Below is the Root Cause Analysis (RCA) of the network outage experienced on January 16, 2024 as provided by our data center.
Root Cause of Incident
The root cause of the problem was traced back to a specific customer peering arrangement, from which the malformed BGP packets originated. In the context of BGP, a message is considered malformed when any of its attributes are found to be incorrectly structured or invalid. As a consequence of receiving these malformed update messages, the affected routers and switches experienced disruptions in their route processes. This, in turn, caused a number of systems to either dump or stall, impacting the overall network stability.
Incident Resolution
In response to the identified source of the malformed BGP packets, we removed the suspected peers from our network.
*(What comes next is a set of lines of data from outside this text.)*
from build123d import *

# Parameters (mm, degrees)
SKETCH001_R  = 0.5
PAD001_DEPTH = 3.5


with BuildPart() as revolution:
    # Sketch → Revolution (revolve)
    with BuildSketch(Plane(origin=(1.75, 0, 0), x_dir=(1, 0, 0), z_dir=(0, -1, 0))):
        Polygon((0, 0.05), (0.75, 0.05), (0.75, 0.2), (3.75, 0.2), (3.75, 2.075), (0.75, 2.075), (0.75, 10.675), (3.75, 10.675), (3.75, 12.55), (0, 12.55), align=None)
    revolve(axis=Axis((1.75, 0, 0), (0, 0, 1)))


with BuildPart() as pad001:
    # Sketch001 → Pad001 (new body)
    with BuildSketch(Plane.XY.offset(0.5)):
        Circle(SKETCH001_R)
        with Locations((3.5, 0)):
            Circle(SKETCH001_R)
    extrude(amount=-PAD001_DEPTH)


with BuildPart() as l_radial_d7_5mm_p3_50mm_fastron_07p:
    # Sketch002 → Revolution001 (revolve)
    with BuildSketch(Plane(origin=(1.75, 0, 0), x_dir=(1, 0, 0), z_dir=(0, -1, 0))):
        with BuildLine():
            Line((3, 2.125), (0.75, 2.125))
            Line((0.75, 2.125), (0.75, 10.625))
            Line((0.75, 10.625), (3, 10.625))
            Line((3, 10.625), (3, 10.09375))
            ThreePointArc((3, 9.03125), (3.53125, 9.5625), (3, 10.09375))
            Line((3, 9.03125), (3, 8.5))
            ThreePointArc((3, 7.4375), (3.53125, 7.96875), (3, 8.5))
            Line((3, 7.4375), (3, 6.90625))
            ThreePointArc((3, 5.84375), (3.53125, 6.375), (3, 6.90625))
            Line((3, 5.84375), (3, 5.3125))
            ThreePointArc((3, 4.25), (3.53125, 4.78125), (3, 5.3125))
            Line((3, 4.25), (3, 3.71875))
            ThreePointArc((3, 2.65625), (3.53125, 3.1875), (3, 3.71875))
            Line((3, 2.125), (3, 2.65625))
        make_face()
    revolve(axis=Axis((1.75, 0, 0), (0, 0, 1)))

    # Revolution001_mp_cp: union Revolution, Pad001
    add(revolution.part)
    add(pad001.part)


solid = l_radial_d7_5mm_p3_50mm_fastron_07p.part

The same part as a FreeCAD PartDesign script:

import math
import FreeCAD as App
import Part
import Sketcher

doc = App.newDocument("Part")
body = doc.addObject("PartDesign::Body", "Body")

# Sketch on XZ plane
sketch1 = doc.addObject("Sketcher::SketchObject", "Sketch")
body.addObject(sketch1)
sketch1.AttachmentSupport = (doc.XZ_Plane, [""])
sketch1.MapMode = "FlatFace"
sketch1.addGeometry([
    Part.LineSegment(App.Vector(1.75, 0.05, 0), App.Vector(2.5, 0.05, 0)),  # 0
    Part.LineSegment(App.Vector(2.5, 0.05, 0), App.Vector(2.5, 0.2, 0)),  # 1
    Part.LineSegment(App.Vector(2.5, 0.2, 0), App.Vector(5.5, 0.2, 0)),  # 2
    Part.LineSegment(App.Vector(5.5, 0.2, 0), App.Vector(5.5, 2.08, 0)),  # 3
    Part.LineSegment(App.Vector(5.5, 2.08, 0), App.Vector(2.5, 2.08, 0)),  # 4
    Part.LineSegment(App.Vector(2.5, 2.08, 0), App.Vector(2.5, 10.68, 0)),  # 5
    Part.LineSegment(App.Vector(2.5, 10.68, 0), App.Vector(5.5, 10.68, 0)),  # 6
    Part.LineSegment(App.Vector(5.5, 10.68, 0), App.Vector(5.5, 12.55, 0)),  # 7
    Part.LineSegment(App.Vector(5.5, 12.55, 0), App.Vector(1.75, 12.55, 0)),  # 8
    Part.LineSegment(App.Vector(1.75, 12.55, 0), App.Vector(1.75, 0.05, 0)),  # 9
], False)
sketch1.addGeometry(Part.LineSegment(App.Vector(1.75, 0.05, 0), App.Vector(1.75, 12.55, 0)), True)  # axis
sketch1.addConstraint([
    Sketcher.Constraint("Coincident", 0, 2, 1, 1),
    Sketcher.Constraint("Coincident", 1, 2, 2, 1),
    Sketcher.Constraint("Coincident", 2, 2, 3, 1),
    Sketcher.Constraint("Coincident", 3, 2, 4, 1),
    Sketcher.Constraint("Coincident", 4, 2, 5, 1),
    Sketcher.Constraint("Coincident", 5, 2, 6, 1),
    Sketcher.Constraint("Coincident", 6, 2, 7, 1),
    Sketcher.Constraint("Coincident", 7, 2, 8, 1),
    Sketcher.Constraint("Coincident", 8, 2, 9, 1),
    Sketcher.Constraint("Coincident", 9, 2, 0, 1),
    Sketcher.Constraint("Horizontal", 0),
    Sketcher.Constraint("Vertical", 1),
    Sketcher.Constraint("Horizontal", 2),
    Sketcher.Constraint("Vertical", 3),
    Sketcher.Constraint("Horizontal", 4),
    Sketcher.Constraint("Vertical", 5),
    Sketcher.Constraint("Horizontal", 6),
    Sketcher.Constraint("Vertical", 7),
    Sketcher.Constraint("Horizontal", 8),
    Sketcher.Constraint("Vertical", 9),
    Sketcher.Constraint("Vertical", 10),
    Sketcher.Constraint("Coincident", 10, 1, 9, 2),
    Sketcher.Constraint("Horizontal", 7, 2, 10, 2),
    Sketcher.Constraint("Vertical", 1, 2, 4, 2),
    Sketcher.Constraint("Vertical", 3, 2, 6, 2),
    Sketcher.Constraint("Equal", 3, 7),
    Sketcher.Constraint("DistanceX", 2, 1, 2, 2, 3.0),
    Sketcher.Constraint("DistanceY", 5, 1, 5, 2, 8.6),
    Sketcher.Constraint("DistanceY", 9, 2, 9, 1, 12.5),
    Sketcher.Constraint("DistanceX", 0, 1, 0, 2, 0.75),
    Sketcher.Constraint("DistanceY", 1, 1, 1, 2, 0.15),
    Sketcher.Constraint("DistanceX", -1, 1, 0, 2, 2.5),
    Sketcher.Constraint("DistanceY", -1, 1, 1, 2, 0.2),
])
revolution = doc.addObject("PartDesign::Revolution", "Revolution")
body.addObject(revolution)
revolution.Profile = sketch1
revolution.ReferenceAxis = (sketch1, ["Axis0"])
revolution.Angle = 360
body2 = doc.addObject("PartDesign::Body", "Body001")
body2.AllowCompound = True

# Sketch on XY plane
sketch2 = doc.addObject("Sketcher::SketchObject", "Sketch001")
body2.addObject(sketch2)
sketch2.AttachmentSupport = (doc.getObject("XY_Plane001"), [""])
sketch2.MapMode = "FlatFace"
sketch2.AttachmentOffset = App.Placement(App.Vector(0, 0, 0.5), App.Rotation())
sketch2.addGeometry([
    Part.Circle(App.Vector(0, 0, 0), App.Vector(0, 0, 1), 0.5),
    Part.Circle(App.Vector(3.5, 0, 0), App.Vector(0, 0, 1), 0.5),
], False)
sketch2.addConstraint([
    Sketcher.Constraint("Coincident", 0, 3, -1, 1),
    Sketcher.Constraint("Equal", 0, 1),
    Sketcher.Constraint("PointOnObject", 1, 3, -1),
    Sketcher.Constraint("Diameter", 0, 1.0),
    Sketcher.Constraint("DistanceX", -1, 1, 1, 3, 3.5),
])
pad1 = doc.addObject("PartDesign::Pad", "Pad")
body2.addObject(pad1)
pad1.Profile = sketch2
pad1.Length = 3.5
pad1.Reversed = True
body3 = doc.addObject("PartDesign::Body", "Body002")

# Sketch on XZ plane
sketch3 = doc.addObject("Sketcher::SketchObject", "Sketch002")
body3.addObject(sketch3)
sketch3.AttachmentSupport = (doc.getObject("XZ_Plane002"), [""])
sketch3.MapMode = "FlatFace"
sketch3.addGeometry([
    Part.LineSegment(App.Vector(2.5, 2.1, 0), App.Vector(4.8, 2.1, 0)),  # 0
    Part.LineSegment(App.Vector(4.8, 2.1, 0), App.Vector(4.8, 2.7, 0)),  # 1
    Part.ArcOfCircle(Part.Circle(App.Vector(4.8, 3.2, 0), App.Vector(0, 0, 1), 0.5), math.radians(-90), math.radians(90)),  # 2
    Part.LineSegment(App.Vector(4.8, 3.7, 0), App.Vector(4.8, 4.2, 0)),  # 3
    Part.ArcOfCircle(Part.Circle(App.Vector(4.8, 4.8, 0), App.Vector(0, 0, 1), 0.5), math.radians(-90), math.radians(90)),  # 4
    Part.LineSegment(App.Vector(4.8, 5.3, 0), App.Vector(4.8, 5.8, 0)),  # 5
    Part.ArcOfCircle(Part.Circle(App.Vector(4.8, 6.4, 0), App.Vector(0, 0, 1), 0.5), math.radians(-90), math.radians(90)),  # 6
    Part.LineSegment(App.Vector(4.8, 6.9, 0), App.Vector(4.8, 7.4, 0)),  # 7
    Part.ArcOfCircle(Part.Circle(App.Vector(4.8, 8, 0), App.Vector(0, 0, 1), 0.5), math.radians(-90), math.radians(90)),  # 8
    Part.LineSegment(App.Vector(4.8, 8.5, 0), App.Vector(4.8, 9, 0)),  # 9
    Part.ArcOfCircle(Part.Circle(App.Vector(4.8, 9.6, 0), App.Vector(0, 0, 1), 0.5), math.radians(-90), math.radians(90)),  # 10
    Part.LineSegment(App.Vector(4.8, 10.1, 0), App.Vector(4.8, 10.6, 0)),  # 11
    Part.LineSegment(App.Vector(4.8, 10.6, 0), App.Vector(2.5, 10.6, 0)),  # 12
    Part.LineSegment(App.Vector(2.5, 10.6, 0), App.Vector(2.5, 2.1, 0)),  # 13
], False)
sketch3.addGeometry(Part.LineSegment(App.Vector(1.8, 2.1, 0), App.Vector(1.8, 10.6, 0)), True)  # axis
sketch3.addConstraint([
    Sketcher.Constraint("Coincident", 0, 2, 1, 1),
    Sketcher.Constraint("Coincident", 1, 2, 2, 1),
    Sketcher.Constraint("Coincident", 2, 2, 3, 1),
    Sketcher.Constraint("Coincident", 3, 2, 4, 1),
    Sketcher.Constraint("Coincident", 4, 2, 5, 1),
    Sketcher.Constraint("Coincident", 5, 2, 6, 1),
    Sketcher.Constraint("Coincident", 6, 2, 7, 1),
    Sketcher.Constraint("Coincident", 7, 2, 8, 1),
    Sketcher.Constraint("Coincident", 8, 2, 9, 1),
    Sketcher.Constraint("Coincident", 9, 2, 10, 1),
    Sketcher.Constraint("Coincident", 10, 2, 11, 1),
    Sketcher.Constraint("Coincident", 11, 2, 12, 1),
    Sketcher.Constraint("Coincident", 12, 2, 13, 1),
    Sketcher.Constraint("Coincident", 13, 2, 0, 1),
    Sketcher.Constraint("Horizontal", 0),
    Sketcher.Constraint("Vertical", 1),
    Sketcher.Constraint("Vertical", 3),
    Sketcher.Constraint("Vertical", 5),
    Sketcher.Constraint("Vertical", 7),
    Sketcher.Constraint("Vertical", 9),
    Sketcher.Constraint("Vertical", 11),
    Sketcher.Constraint("Horizontal", 12),
    Sketcher.Constraint("Vertical", 13),
    Sketcher.Constraint("Vertical", 14),
    Sketcher.Constraint("Equal", 2, 4),
    Sketcher.Constraint("Equal", 4, 6),
    Sketcher.Constraint("Equal", 6, 8),
    Sketcher.Constraint("Equal", 8, 10),
    Sketcher.Constraint("Horizontal", 13, 2, 14, 1),
    Sketcher.Constraint("Horizontal", 12, 2, 14, 2),
    Sketcher.Constraint("Vertical", 2, 3, 4, 3),
    Sketcher.Constraint("Vertical", 4, 3, 6, 3),
    Sketcher.Constraint("Vertical", 6, 3, 8, 3),
    Sketcher.Constraint("Vertical", 8, 3, 10, 3),
    Sketcher.Constraint("Vertical", 10, 3, 0, 2),
    Sketcher.Constraint("Vertical", 1, 2, 2, 2),
    Sketcher.Constraint("Vertical", 3, 2, 4, 2),
    Sketcher.Constraint("Vertical", 5, 2, 6, 2),
    Sketcher.Constraint("Vertical", 7, 2, 8, 2),
    Sketcher.Constraint("Vertical", 9, 2, 10, 2),
    Sketcher.Constraint("Equal", 1, 3),
    Sketcher.Constraint("Equal", 3, 5),
    Sketcher.Constraint("Equal", 5, 7),
    Sketcher.Constraint("Equal", 7, 9),
    Sketcher.Constraint("Equal", 9, 11),
    Sketcher.Constraint("DistanceY", 13, 2, 13, 1, 8.5),
    Sketcher.Constraint("DistanceX", 14, 1, 0, 2, 3.0),
    Sketcher.Constraint("DistanceX", 0, 1, 0, 2, 2.25),
    Sketcher.Constraint("DistanceY", -1, 1, 8, 2, 8.5),
    Sketcher.Constraint("DistanceX", -1, 1, 12, 2, 2.5),
    Sketcher.Constraint("DistanceY", -1, 1, 3, 2, 4.25),
])
revolution2 = doc.addObject("PartDesign::Revolution", "Revolution001")
body3.addObject(revolution2)
revolution2.Profile = sketch3
revolution2.ReferenceAxis = (sketch3, ["Axis0"])
revolution2.Angle = 360
doc.recompute()

boolean = doc.addObject("PartDesign::Boolean", "Boolean")
body3.addObject(boolean)
boolean.Type = "Fuse"
boolean.addObjects([body])
doc.recompute()

boolean2 = doc.addObject("PartDesign::Boolean", "Boolean001")
body3.addObject(boolean2)
boolean2.Type = "Fuse"
boolean2.addObjects([body2])

doc.recompute()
This step is crucial to prevent further propagation of problematic messages and to isolate the affected nodes. Following the removal of suspected peers, a controlled power cycle was initiated on the affected devices. This measure is intended to ensure a clean state and proper initialization of the devices, resolving any lingering effects of the disruption.
Corrective Actions
Following the incident involving the reception of malformed BGP packets and the resulting disruptions, we are taking proactive measures to enhance the resilience of our network. The corrective action identified is the implementation of BGP error tolerance across the entire network. To achieve this, we will schedule a change control window during which the BGP error tolerance mechanisms will be systematically deployed across relevant network components. This approach is designed to mitigate the impact of malformed BGP packets and enhance the overall stability of our network infrastructure.